Ma, al di là dello scopo di strappare un sorriso al lettore, alla base di ciascuna vicenda c’è la messa in discussione dei “luoghi comuni” che non sono soltanto le semplificazioni sommarie in cui spesso cadiamo ma anche i modi di dire dei quali facciamo uso senza neppure accorgercene. Applicando il metodo Veneranda possono venire fuori battute tipo: “Come ti trovi nella casa nuova?” “Mi cerco.” E si potrebbe continuare: “La casa nuova è grande ma fino ad ora mi sono sempre trovato.” E ci può essere spazio anche per affermazioni come: “Se cerchi te stesso e non ti sei ancora trovato, prova a telefonarti prima”; oppure: “Conosci te stesso e se proprio non ci riesci fatti presentare da qualcuno.”
Maestro nella creazione del “nonsense”, raggiungendo sovente le vette dell’assurdo più assoluto, fu certamente il più famoso degli autori umoristici di cui si è detto, Achille Campanile. Nella sua celebre raccolta “Tragedie in due battute” riesce a concentrare in uno spazio minimo i più impensabili paradossi. Ne diamo qualche esempio. Titolo: Vecchia galanteria. Personaggi: la Vecchia Marchesa e il Vecchio Duca. La Vecchia Marchesa: “Questo tramonto è bellissimo.” Il Vecchio Duca: “Vi piace? È vostro” (sipario). Titolo: Capriccio. Personaggi: il Piccino e Suo Padre. Il Piccino: “Papà, io non ho mai ammazzato nessuno. Potrei ammazzare il signor Giuseppe?” Il Padre: “Va bene, ma il signor Giuseppe soltanto” (sipario).

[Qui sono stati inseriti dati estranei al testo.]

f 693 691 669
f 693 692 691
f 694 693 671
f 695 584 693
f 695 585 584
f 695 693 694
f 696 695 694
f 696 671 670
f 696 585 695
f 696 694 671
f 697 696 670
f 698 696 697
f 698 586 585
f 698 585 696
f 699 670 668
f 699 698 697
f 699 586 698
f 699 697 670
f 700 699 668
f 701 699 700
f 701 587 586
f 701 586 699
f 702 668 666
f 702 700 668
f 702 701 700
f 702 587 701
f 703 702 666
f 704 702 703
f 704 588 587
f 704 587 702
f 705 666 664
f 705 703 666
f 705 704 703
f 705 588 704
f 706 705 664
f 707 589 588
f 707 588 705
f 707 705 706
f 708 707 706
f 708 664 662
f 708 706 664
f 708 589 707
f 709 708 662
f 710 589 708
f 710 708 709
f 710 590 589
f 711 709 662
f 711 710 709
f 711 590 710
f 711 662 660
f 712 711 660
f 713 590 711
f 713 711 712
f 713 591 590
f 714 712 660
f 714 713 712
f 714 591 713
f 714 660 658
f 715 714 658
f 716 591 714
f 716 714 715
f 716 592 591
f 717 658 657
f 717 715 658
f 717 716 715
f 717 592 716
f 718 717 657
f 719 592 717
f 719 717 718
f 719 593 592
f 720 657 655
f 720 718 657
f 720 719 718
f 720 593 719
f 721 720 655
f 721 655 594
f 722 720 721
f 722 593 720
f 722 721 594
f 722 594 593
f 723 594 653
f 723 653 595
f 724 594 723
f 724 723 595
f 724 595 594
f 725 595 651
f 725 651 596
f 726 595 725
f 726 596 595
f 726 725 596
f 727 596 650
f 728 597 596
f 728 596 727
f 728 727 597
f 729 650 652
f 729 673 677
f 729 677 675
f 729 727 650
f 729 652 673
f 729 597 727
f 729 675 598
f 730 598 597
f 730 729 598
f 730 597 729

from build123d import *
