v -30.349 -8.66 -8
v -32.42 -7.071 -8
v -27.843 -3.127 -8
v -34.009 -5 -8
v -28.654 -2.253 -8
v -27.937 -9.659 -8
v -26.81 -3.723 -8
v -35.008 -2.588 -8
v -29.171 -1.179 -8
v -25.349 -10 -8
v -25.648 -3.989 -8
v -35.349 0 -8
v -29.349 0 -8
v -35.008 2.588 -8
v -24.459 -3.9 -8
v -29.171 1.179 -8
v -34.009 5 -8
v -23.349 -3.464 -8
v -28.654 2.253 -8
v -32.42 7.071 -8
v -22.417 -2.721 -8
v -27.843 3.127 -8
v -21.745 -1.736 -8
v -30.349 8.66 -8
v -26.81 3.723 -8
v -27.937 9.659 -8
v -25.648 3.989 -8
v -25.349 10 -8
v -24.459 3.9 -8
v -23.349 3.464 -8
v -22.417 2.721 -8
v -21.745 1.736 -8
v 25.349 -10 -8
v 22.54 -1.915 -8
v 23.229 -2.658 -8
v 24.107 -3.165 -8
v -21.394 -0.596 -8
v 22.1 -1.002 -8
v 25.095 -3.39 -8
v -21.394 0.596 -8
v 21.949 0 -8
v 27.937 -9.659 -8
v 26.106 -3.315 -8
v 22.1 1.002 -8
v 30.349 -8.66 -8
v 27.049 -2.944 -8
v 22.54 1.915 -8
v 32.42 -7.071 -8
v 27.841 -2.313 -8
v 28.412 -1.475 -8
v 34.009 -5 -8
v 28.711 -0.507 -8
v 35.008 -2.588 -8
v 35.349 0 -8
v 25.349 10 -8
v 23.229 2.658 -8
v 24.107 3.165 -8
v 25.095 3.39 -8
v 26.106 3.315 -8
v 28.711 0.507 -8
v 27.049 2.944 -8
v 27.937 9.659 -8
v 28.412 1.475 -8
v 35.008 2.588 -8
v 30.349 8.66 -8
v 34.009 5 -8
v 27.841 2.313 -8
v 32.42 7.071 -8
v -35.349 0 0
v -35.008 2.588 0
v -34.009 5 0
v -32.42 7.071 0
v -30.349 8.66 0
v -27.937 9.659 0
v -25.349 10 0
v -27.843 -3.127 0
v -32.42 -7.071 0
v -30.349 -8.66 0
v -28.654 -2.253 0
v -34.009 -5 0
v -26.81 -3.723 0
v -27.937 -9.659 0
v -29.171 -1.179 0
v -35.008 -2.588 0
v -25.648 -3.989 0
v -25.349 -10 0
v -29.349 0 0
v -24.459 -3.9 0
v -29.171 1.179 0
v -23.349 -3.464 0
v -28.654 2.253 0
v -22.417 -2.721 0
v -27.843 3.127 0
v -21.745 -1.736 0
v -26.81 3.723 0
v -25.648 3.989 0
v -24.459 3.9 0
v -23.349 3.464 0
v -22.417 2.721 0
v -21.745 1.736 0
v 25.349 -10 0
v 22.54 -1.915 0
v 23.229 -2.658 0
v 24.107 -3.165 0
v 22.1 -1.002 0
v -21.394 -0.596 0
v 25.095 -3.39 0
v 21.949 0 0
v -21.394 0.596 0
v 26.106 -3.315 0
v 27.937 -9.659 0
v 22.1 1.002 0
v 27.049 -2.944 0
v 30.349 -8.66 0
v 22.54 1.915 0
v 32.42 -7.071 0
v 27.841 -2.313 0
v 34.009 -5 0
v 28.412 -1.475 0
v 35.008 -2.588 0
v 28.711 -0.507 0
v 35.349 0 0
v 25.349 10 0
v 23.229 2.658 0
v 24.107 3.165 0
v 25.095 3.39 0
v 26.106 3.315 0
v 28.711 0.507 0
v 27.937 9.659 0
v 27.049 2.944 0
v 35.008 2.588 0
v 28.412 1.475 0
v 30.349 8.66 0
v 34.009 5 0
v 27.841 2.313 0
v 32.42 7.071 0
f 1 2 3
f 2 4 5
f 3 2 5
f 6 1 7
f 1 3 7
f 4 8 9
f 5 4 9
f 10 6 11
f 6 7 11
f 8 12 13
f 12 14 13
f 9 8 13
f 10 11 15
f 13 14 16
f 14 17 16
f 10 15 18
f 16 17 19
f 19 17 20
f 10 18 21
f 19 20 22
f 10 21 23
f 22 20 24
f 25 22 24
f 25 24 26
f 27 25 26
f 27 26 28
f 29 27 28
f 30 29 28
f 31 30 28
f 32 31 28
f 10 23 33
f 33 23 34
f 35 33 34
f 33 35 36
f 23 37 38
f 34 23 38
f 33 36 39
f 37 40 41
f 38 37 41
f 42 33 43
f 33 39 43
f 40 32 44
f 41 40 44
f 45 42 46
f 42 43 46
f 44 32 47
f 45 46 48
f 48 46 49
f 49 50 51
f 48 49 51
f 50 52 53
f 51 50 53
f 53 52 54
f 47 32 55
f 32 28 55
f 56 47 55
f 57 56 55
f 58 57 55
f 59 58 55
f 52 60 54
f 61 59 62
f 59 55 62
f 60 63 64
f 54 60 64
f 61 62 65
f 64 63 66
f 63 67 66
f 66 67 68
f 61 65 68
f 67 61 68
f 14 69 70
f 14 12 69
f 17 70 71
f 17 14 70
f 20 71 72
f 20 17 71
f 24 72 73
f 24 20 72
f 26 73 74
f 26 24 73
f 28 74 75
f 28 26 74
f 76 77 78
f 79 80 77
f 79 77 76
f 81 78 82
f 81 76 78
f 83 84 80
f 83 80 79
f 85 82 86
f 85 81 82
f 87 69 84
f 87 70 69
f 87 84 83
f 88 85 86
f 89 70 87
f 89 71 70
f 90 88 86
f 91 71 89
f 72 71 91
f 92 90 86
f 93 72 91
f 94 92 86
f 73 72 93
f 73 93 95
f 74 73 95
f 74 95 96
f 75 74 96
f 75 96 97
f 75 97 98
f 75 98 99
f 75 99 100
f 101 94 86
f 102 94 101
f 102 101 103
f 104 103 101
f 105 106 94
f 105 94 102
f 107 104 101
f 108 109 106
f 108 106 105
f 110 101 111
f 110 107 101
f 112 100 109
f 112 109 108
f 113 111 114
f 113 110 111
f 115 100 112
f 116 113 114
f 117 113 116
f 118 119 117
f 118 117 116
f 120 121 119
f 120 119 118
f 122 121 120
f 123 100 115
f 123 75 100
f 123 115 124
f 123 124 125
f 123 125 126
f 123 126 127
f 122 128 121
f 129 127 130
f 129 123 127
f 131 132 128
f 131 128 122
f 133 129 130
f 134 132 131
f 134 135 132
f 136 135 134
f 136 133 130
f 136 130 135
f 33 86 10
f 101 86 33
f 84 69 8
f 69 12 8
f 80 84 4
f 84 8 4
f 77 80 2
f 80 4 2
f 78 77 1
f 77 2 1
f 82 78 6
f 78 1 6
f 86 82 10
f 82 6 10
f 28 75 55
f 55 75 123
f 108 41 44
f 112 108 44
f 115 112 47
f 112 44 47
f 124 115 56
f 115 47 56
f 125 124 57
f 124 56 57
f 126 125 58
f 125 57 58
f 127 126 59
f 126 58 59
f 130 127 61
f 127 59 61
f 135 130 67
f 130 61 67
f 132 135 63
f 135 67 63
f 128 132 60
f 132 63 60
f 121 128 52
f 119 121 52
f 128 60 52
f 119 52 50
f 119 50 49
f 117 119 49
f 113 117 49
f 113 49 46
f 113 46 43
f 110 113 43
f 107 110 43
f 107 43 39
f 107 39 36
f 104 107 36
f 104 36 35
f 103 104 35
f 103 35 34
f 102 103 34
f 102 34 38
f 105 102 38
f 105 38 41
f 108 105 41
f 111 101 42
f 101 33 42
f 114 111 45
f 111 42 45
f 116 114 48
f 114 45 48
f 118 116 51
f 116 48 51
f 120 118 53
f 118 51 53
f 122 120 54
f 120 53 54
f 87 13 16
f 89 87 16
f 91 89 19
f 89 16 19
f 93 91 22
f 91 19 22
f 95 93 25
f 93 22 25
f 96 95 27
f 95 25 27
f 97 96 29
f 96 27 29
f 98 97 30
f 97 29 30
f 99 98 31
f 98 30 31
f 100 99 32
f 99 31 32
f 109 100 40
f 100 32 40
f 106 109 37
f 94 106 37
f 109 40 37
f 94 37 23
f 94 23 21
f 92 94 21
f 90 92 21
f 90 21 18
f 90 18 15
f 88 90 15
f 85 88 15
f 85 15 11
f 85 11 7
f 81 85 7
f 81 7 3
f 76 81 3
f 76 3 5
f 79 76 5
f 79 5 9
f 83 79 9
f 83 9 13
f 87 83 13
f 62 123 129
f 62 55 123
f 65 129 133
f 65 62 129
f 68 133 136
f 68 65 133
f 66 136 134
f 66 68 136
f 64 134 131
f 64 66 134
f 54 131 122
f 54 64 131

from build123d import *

# Parameters (mm, degrees)
F0_W     = 70.698
F0_H     = 20
F1_DEPTH = 8
F2_D     = 8
F3_D     = 6.8
F4_R     = 9.99999


# Not quite as in the source:
# - a fillet or chamfer is up to 0.001 mm smaller than in the source, because OpenCascade refuses the exact size


with BuildPart() as f1:
    # F0 (on Top) → F1 (new body)
    with BuildSketch(Plane.XY):
        Rectangle(F0_W, F0_H)
    extrude(amount=-F1_DEPTH)

    # F2 (through all)
    with Locations(Plane.XY):
        with Locations((-25.349, 0)):
            Hole(F2_D / 2)

    # F3 (through all)
    with Locations(Plane.XY):
        with Locations((25.349, 0)):
            Hole(F3_D / 2)

    # F4 (radius 10 in the source; OpenCascade refuses exactly that, so slightly less here)
    f4_edges = [f1.edges().sort_by_distance(p)[0] for p in [
        (35.349, 10, -4),
        (35.349, -10, -4),
        (-35.349, 10, -4),
        (-35.349, -10, -4),
    ]]
    fillet(f4_edges, radius=F4_R)


solid = f1.part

Sull’onda di questa ispirazione si possono azzardare dialoghi abbastanza simili come, ad esempio, quello tra una Vedova e una sua Conoscente. La Vedova: “Quando mio marito ci ha lasciati, i mariti delle mie due figliole mi hanno confortato molto”; la Conoscente: “Generi di conforto!”. O, anche, un giovane ed un anziano. Il Giovane: “…non mi permetterei mai. Lei potrebbe essere mio padre” e l’Anziano: “È possibile, chi è sua madre?”. O, ancora, un intervistatore e il pilota di un elicottero precipitato durante un’azione bellica, miracolosamente sopravvissuto. L’intervistatore: “Come si sente dopo questa terribile esperienza?” e il superstite: “Beh, per la verità, un po’ abbattuto”. Ma avremo modo di tornare sull’argomento e di ampliarlo.